= Exercise =
For the word "ThreePointArc", find each line in the entries where it occurs and copy that line.

Dataset entries
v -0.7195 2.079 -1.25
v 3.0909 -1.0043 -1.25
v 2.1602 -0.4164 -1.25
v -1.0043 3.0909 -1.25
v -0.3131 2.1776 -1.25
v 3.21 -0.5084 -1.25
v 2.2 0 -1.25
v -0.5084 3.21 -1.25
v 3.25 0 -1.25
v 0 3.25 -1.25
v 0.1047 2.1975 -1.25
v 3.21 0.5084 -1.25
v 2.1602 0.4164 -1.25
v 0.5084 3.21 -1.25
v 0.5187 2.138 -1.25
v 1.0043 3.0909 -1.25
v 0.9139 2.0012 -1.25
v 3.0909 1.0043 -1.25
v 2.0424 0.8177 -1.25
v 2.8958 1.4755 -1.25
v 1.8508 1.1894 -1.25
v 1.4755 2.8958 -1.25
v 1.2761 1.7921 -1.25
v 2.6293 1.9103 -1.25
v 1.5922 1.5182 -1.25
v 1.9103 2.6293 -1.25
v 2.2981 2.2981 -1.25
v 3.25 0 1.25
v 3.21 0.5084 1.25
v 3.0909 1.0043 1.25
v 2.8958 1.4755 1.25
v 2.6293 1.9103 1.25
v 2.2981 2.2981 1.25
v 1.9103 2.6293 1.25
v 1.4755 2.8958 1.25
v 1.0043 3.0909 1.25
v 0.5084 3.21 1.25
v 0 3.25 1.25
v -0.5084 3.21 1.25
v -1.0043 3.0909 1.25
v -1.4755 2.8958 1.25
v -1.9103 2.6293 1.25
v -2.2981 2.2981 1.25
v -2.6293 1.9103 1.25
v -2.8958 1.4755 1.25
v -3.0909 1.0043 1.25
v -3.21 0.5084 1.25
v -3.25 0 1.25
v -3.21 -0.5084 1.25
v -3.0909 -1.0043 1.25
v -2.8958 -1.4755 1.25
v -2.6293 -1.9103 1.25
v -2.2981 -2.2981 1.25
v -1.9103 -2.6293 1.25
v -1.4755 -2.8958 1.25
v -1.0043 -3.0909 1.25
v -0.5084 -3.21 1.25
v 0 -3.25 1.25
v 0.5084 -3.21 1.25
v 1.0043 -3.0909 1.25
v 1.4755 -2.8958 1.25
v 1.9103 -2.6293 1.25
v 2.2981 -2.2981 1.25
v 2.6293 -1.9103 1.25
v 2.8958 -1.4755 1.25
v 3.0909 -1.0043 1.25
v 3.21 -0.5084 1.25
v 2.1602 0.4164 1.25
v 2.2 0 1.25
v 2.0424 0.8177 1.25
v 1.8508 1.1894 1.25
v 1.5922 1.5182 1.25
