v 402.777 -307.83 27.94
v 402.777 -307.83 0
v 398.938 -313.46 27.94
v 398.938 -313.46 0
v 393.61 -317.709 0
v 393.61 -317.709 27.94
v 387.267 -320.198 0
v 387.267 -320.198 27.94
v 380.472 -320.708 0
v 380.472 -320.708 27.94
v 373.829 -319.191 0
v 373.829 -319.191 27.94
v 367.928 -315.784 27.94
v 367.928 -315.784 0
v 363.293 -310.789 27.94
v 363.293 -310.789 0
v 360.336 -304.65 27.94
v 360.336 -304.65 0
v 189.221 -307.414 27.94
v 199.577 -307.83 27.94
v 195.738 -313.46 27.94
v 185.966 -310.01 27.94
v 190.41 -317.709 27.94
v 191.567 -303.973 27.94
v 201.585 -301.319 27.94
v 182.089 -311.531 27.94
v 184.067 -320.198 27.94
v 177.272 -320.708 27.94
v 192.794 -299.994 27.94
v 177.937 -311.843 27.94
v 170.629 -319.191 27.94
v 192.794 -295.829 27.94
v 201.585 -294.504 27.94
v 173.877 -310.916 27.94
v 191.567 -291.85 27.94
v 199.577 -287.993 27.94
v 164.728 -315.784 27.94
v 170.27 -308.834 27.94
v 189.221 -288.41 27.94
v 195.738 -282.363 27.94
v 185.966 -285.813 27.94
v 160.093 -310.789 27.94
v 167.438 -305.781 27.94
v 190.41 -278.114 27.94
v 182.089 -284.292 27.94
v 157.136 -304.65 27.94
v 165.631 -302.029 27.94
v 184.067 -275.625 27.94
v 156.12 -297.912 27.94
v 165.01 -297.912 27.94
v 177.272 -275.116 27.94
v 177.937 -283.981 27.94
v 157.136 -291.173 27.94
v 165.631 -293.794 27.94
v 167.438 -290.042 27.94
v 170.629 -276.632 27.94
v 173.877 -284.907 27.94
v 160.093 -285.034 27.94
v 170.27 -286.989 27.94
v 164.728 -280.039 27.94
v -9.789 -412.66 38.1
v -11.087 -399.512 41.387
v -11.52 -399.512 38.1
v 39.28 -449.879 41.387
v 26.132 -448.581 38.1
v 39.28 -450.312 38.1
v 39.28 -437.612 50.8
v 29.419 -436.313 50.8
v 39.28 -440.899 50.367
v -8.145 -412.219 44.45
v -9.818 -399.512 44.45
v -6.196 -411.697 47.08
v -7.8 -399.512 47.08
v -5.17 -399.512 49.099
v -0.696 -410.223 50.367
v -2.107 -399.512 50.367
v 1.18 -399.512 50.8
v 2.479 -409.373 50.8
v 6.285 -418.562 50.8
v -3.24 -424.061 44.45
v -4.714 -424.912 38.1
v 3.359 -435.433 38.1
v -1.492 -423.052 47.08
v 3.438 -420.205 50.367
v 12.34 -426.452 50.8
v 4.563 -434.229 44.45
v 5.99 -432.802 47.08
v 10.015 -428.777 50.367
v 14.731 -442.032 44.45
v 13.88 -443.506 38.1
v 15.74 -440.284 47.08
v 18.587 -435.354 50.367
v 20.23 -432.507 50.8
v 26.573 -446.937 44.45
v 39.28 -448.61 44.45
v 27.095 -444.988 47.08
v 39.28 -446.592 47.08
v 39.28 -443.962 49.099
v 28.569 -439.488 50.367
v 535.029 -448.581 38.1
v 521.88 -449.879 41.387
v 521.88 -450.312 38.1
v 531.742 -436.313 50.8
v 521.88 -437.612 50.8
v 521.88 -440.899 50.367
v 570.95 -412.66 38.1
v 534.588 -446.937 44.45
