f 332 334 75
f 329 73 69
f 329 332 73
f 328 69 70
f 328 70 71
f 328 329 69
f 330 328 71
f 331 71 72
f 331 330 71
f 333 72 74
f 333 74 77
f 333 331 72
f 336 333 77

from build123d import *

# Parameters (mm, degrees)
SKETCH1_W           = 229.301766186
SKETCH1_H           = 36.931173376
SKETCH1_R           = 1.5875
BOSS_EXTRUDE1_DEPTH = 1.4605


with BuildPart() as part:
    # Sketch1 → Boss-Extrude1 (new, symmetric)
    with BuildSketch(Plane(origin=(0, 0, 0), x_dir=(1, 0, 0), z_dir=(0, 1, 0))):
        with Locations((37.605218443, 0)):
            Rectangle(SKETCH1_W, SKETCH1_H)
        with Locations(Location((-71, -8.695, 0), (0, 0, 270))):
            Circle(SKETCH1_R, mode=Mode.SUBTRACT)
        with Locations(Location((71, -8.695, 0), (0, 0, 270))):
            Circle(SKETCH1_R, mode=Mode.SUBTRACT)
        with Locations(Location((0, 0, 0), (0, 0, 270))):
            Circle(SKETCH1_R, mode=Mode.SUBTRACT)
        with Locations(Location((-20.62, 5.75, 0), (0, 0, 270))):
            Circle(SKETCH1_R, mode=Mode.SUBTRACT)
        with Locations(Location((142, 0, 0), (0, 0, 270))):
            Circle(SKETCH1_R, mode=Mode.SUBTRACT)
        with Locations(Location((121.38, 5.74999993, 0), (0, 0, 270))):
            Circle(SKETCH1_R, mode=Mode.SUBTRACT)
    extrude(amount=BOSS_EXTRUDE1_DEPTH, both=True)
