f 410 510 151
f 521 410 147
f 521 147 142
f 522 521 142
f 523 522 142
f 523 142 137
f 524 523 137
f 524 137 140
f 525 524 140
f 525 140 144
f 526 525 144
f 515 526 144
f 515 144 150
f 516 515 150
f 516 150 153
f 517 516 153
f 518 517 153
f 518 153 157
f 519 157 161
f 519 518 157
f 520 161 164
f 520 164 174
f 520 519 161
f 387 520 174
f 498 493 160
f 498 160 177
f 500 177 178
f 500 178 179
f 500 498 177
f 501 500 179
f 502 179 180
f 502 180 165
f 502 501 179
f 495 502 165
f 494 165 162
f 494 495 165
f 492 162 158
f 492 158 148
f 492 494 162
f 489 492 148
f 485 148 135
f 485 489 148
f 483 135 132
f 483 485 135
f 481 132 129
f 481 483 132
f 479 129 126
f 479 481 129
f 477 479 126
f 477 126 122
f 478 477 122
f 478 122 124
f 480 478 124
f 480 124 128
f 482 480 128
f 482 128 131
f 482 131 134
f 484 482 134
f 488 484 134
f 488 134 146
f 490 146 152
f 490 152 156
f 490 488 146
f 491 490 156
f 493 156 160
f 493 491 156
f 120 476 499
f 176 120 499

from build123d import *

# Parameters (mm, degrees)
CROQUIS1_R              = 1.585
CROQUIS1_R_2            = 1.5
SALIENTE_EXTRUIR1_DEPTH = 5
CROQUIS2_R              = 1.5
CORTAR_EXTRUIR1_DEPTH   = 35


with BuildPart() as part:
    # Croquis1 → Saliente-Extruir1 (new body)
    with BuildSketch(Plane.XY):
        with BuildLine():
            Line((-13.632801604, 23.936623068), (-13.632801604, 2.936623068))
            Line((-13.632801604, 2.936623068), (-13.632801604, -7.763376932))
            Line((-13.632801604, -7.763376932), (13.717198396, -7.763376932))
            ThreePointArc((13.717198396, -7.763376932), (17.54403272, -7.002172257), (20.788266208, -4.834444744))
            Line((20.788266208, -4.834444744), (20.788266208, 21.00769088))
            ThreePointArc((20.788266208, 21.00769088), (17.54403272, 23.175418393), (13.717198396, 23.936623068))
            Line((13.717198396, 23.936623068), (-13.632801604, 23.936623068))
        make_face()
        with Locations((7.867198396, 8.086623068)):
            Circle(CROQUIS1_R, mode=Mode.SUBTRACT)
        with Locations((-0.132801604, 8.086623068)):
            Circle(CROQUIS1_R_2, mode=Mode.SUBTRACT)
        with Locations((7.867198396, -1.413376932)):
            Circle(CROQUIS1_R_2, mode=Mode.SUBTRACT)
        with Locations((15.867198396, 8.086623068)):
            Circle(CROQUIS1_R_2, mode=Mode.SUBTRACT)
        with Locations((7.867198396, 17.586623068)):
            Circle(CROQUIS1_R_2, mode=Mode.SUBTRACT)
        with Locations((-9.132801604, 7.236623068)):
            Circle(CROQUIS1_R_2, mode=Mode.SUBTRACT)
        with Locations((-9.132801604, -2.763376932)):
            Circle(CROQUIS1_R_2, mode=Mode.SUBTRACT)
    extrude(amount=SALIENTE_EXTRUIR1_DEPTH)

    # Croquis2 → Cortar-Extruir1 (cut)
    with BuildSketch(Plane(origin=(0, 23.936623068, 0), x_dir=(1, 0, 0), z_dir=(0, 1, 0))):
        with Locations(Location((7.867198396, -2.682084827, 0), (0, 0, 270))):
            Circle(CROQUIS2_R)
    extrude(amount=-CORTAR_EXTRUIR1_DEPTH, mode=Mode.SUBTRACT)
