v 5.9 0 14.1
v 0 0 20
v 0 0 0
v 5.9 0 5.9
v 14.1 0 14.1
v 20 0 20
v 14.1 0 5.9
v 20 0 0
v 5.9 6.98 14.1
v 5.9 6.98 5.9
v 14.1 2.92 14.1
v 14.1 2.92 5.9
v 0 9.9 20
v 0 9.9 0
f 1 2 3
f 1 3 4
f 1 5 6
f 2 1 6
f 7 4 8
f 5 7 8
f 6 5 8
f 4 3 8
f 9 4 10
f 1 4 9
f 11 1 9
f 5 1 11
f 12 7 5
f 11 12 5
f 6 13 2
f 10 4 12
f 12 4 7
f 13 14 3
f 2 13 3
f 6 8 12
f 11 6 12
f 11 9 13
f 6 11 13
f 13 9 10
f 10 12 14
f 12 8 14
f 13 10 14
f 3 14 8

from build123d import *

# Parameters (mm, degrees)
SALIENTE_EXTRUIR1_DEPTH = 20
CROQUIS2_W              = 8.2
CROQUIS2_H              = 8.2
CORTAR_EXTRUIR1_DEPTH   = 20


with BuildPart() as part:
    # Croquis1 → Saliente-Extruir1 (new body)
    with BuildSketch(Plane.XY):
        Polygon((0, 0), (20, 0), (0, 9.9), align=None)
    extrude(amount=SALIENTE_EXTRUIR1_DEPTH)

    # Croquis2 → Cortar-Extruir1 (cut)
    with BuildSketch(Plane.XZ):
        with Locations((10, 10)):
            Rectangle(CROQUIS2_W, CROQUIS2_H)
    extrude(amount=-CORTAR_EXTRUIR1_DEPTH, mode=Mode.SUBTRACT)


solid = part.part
...
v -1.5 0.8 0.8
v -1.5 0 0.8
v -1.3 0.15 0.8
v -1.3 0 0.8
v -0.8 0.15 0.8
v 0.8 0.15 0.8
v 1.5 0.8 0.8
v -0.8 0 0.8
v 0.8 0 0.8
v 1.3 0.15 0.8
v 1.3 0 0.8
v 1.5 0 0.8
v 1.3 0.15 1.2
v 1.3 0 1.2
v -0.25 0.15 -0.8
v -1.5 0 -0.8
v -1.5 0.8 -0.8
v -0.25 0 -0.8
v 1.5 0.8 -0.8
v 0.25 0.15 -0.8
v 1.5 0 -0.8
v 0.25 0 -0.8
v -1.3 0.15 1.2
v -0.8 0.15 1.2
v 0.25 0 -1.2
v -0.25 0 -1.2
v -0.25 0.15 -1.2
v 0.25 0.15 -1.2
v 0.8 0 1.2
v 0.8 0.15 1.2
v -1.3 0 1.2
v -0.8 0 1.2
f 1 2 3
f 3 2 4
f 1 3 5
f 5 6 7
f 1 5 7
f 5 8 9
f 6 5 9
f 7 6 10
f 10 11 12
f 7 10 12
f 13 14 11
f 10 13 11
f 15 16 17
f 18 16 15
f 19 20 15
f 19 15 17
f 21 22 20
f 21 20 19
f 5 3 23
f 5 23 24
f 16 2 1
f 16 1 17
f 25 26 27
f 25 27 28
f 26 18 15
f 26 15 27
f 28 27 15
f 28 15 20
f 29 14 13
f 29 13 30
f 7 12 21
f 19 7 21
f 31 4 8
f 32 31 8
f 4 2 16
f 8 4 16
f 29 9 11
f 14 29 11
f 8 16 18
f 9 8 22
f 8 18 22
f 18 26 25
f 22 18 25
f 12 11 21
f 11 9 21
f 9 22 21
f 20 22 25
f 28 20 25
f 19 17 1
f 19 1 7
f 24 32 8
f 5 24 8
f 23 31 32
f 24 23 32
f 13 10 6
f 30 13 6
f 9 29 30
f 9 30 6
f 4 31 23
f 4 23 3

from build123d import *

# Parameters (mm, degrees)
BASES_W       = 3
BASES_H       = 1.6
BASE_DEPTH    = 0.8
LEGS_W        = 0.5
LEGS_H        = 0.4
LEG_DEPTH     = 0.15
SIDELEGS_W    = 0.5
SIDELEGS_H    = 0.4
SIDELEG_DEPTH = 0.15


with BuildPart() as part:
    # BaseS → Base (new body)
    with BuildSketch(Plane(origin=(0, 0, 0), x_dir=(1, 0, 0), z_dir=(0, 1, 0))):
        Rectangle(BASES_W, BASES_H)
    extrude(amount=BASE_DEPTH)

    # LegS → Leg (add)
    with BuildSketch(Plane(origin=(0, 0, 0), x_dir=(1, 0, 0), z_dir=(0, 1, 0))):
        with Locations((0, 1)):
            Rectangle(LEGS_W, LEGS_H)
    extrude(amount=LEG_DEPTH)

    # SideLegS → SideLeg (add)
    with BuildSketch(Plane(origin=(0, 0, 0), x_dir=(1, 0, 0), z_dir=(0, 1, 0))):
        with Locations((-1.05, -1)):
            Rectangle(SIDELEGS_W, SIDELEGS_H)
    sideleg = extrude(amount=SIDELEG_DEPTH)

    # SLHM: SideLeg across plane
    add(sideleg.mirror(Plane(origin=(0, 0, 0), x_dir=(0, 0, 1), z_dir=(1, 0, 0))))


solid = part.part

= Answer to this exercise =
            ThreePointArc((13.717198396, -7.763376932), (17.54403272, -7.002172257), (20.788266208, -4.834444744))
            ThreePointArc((20.788266208, 21.00769088), (17.54403272, 23.175418393), (13.717198396, 23.936623068))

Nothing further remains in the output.